# TASK BRIEF
Using the data beneath this instruction, retype only the lines from the one that contains "f 1002 921 1004" down to the one that contains "f 1031 941 1029", both included, exactly as they appear.

Collected data:
::::

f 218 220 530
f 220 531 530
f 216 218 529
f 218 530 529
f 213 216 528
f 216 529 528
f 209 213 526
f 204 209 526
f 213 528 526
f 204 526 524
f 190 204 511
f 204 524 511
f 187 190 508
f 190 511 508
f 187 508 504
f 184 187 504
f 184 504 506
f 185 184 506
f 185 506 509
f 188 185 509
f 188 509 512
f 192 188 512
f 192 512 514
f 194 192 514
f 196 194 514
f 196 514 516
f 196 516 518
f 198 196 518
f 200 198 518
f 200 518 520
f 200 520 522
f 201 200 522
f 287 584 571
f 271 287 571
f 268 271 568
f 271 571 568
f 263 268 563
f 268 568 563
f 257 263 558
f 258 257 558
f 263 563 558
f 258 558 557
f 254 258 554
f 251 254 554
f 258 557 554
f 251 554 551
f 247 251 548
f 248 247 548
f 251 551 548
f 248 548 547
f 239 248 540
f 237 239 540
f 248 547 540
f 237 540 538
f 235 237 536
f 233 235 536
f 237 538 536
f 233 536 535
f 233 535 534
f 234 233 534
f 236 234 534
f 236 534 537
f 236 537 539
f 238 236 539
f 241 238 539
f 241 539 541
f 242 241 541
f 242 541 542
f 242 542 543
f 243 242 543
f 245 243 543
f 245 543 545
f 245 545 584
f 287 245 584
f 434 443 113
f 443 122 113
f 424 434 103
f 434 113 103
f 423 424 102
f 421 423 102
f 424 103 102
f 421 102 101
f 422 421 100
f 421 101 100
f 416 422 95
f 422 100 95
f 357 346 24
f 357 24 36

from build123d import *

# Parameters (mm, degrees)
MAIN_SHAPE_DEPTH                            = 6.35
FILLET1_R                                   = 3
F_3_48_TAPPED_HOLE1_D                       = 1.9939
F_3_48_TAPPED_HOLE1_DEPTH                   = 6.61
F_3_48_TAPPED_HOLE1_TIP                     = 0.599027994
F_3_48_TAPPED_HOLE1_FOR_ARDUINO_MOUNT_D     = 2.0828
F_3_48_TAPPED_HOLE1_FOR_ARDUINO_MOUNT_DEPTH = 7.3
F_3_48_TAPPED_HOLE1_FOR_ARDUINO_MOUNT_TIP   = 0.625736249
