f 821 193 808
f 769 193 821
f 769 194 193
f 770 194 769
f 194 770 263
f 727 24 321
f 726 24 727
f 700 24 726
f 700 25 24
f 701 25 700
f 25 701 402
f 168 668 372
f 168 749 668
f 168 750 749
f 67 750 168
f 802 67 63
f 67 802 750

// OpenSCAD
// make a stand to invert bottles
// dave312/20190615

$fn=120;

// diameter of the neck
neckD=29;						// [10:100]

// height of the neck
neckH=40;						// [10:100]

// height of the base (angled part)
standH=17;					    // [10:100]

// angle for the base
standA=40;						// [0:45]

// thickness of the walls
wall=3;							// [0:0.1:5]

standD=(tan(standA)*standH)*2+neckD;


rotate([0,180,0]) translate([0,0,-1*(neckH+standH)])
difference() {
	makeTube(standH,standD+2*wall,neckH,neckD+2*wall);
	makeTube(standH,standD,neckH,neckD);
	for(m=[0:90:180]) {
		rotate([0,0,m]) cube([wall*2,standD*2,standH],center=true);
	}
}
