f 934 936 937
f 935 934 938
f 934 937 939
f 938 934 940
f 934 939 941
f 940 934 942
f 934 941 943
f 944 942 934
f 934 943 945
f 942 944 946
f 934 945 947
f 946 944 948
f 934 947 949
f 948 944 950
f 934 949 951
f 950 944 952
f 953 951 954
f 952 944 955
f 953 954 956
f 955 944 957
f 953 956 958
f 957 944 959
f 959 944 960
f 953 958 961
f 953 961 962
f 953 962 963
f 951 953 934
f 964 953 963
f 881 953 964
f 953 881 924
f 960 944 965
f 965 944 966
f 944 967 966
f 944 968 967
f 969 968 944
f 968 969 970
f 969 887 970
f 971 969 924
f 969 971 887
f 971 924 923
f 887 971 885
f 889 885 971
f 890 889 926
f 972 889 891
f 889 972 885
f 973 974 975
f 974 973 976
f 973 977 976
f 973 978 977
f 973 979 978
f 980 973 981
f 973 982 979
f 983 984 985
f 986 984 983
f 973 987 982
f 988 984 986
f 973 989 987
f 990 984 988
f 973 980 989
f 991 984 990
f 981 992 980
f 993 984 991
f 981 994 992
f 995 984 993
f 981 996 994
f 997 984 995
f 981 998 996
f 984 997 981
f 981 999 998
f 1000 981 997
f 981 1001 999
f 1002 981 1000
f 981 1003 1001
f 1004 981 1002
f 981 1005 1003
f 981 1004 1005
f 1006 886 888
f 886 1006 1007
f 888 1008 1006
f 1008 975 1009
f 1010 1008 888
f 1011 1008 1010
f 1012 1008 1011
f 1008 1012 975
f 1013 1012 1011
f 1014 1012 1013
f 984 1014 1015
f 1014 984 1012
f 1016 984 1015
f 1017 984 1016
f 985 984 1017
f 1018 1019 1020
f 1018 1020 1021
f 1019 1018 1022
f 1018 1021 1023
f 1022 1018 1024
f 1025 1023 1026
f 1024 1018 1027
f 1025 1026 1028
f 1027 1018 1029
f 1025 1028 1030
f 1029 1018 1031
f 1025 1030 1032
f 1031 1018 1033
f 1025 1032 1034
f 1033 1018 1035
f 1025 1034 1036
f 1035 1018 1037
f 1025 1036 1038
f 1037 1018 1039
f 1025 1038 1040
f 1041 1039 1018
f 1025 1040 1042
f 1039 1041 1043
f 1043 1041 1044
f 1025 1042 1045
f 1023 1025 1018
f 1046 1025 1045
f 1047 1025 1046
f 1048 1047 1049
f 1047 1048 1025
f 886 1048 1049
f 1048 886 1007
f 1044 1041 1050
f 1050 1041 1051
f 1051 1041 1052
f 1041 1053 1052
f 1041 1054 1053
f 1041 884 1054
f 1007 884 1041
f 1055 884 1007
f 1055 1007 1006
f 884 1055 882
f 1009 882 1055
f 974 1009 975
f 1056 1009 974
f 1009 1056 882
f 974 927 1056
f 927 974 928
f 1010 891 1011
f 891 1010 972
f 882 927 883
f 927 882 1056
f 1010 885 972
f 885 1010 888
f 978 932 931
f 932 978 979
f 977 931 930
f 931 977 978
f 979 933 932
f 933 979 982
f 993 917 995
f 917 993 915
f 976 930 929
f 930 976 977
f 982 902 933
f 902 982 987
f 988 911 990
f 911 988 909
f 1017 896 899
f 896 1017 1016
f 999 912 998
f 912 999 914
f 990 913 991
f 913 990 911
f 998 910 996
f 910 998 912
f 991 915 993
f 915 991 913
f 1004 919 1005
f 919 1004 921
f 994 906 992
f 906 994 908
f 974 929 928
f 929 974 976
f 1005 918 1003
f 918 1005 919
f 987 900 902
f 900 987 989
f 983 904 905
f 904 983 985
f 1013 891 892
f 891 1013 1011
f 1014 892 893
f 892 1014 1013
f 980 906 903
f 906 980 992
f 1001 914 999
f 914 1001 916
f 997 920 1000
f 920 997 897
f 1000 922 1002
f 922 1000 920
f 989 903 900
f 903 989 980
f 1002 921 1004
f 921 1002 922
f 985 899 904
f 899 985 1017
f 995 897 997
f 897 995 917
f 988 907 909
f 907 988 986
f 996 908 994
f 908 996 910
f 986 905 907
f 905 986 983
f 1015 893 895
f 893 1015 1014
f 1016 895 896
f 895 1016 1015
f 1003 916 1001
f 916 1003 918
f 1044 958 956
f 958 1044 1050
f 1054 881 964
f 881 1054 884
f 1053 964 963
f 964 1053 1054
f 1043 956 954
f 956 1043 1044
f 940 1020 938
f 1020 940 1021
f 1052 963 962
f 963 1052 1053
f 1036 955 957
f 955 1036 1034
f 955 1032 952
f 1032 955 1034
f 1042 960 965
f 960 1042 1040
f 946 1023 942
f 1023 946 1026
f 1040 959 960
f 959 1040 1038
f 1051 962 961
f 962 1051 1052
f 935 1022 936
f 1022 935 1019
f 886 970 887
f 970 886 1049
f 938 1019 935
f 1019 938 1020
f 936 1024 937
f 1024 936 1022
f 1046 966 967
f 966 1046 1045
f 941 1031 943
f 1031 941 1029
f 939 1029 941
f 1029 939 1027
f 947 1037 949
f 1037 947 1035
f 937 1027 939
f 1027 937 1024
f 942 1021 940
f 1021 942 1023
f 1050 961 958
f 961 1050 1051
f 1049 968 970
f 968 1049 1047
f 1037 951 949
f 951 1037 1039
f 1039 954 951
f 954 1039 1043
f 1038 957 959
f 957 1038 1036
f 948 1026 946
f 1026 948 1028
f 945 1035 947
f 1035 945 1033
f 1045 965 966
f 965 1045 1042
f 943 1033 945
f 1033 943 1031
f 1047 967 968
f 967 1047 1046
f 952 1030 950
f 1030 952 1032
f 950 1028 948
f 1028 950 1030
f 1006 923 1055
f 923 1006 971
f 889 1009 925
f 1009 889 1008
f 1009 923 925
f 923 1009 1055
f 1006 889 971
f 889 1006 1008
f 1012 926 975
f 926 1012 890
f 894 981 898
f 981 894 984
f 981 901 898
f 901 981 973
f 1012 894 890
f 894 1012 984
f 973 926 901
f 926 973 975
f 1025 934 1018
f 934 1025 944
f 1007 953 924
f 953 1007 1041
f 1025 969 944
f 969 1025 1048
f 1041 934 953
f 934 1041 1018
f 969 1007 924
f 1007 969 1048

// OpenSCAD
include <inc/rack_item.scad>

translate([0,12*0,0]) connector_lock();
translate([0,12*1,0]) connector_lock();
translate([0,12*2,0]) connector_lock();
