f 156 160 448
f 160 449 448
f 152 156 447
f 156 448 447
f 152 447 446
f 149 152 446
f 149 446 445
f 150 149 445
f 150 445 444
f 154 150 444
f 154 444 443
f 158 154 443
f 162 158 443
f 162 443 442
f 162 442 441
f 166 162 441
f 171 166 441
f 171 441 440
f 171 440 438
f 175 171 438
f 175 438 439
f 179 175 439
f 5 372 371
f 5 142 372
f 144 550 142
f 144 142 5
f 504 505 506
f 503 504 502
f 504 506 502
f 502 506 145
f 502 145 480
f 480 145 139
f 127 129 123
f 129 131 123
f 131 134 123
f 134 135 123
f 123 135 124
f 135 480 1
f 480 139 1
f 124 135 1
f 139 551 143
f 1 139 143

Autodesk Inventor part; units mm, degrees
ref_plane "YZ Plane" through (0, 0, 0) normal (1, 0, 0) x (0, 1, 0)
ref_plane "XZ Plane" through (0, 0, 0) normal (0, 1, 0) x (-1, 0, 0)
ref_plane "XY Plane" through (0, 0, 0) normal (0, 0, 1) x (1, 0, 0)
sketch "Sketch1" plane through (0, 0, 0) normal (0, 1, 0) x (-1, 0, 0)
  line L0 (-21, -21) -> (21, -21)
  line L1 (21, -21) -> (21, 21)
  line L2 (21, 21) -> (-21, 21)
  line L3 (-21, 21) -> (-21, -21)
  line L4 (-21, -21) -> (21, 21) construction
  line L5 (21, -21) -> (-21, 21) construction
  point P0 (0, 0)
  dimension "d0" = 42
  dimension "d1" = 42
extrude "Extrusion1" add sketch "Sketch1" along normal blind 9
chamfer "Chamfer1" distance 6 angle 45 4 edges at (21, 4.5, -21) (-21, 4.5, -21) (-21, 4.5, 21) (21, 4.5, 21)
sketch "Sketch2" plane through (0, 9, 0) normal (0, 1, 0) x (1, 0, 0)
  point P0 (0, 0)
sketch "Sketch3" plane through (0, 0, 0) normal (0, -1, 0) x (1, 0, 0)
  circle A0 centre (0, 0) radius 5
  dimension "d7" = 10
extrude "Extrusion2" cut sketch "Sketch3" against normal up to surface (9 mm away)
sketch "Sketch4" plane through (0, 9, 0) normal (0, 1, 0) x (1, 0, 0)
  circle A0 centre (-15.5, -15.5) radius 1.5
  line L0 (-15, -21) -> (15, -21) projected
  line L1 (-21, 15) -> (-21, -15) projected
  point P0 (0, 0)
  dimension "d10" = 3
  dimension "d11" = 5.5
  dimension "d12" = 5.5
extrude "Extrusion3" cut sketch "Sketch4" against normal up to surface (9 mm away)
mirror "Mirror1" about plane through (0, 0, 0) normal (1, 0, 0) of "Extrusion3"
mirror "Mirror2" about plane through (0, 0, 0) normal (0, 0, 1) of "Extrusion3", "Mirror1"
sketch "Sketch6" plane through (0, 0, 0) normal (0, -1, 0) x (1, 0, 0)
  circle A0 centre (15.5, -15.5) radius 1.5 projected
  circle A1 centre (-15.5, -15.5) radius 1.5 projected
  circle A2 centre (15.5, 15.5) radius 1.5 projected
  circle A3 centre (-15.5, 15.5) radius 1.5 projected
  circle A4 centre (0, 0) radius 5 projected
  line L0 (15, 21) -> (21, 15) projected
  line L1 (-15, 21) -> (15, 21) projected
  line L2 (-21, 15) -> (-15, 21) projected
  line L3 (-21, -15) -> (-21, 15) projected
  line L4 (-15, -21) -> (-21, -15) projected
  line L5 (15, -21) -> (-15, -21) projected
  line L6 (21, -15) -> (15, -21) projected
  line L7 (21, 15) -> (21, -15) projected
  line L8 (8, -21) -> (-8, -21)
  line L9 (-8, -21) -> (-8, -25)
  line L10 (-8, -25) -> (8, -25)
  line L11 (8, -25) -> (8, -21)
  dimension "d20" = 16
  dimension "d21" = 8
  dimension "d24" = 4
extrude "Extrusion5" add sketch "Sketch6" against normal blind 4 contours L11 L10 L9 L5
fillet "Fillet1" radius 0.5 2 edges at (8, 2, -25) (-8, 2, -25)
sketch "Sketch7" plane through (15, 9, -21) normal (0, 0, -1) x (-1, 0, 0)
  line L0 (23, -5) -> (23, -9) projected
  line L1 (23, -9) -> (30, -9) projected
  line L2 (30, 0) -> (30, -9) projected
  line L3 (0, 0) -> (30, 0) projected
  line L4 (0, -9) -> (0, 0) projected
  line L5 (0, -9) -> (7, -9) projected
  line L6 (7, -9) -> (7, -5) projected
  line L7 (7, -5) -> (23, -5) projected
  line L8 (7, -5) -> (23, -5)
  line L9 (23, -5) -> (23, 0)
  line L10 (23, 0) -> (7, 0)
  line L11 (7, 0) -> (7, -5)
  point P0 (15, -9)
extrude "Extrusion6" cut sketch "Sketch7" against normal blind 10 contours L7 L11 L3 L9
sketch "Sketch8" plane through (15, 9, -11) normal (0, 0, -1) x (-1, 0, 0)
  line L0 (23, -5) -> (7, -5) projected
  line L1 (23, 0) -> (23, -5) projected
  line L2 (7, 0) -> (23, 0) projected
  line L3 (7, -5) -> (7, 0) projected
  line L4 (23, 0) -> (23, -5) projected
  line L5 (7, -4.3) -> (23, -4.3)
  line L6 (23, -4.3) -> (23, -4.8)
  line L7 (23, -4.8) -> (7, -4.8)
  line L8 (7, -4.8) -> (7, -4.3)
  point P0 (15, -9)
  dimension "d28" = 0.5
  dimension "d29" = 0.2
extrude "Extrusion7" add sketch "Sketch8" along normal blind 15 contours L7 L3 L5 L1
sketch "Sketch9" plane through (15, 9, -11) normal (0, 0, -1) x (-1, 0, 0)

::::

# EXERCISE RESULT
f 1002 921 1004
f 921 1002 922
f 985 899 904
f 899 985 1017
f 995 897 997
f 897 995 917
f 988 907 909
f 907 988 986
f 996 908 994
f 908 996 910
f 986 905 907
f 905 986 983
f 1015 893 895
f 893 1015 1014
f 1016 895 896
f 895 1016 1015
f 1003 916 1001
f 916 1003 918
f 1044 958 956
f 958 1044 1050
f 1054 881 964
f 881 1054 884
f 1053 964 963
f 964 1053 1054
f 1043 956 954
f 956 1043 1044
f 940 1020 938
f 1020 940 1021
f 1052 963 962
f 963 1052 1053
f 1036 955 957
f 955 1036 1034
f 955 1032 952
f 1032 955 1034
f 1042 960 965
f 960 1042 1040
f 946 1023 942
f 1023 946 1026
f 1040 959 960
f 959 1040 1038
f 1051 962 961
f 962 1051 1052
f 935 1022 936
f 1022 935 1019
f 886 970 887
f 970 886 1049
f 938 1019 935
f 1019 938 1020
f 936 1024 937
f 1024 936 1022
f 1046 966 967
f 966 1046 1045
f 941 1031 943
f 1031 941 1029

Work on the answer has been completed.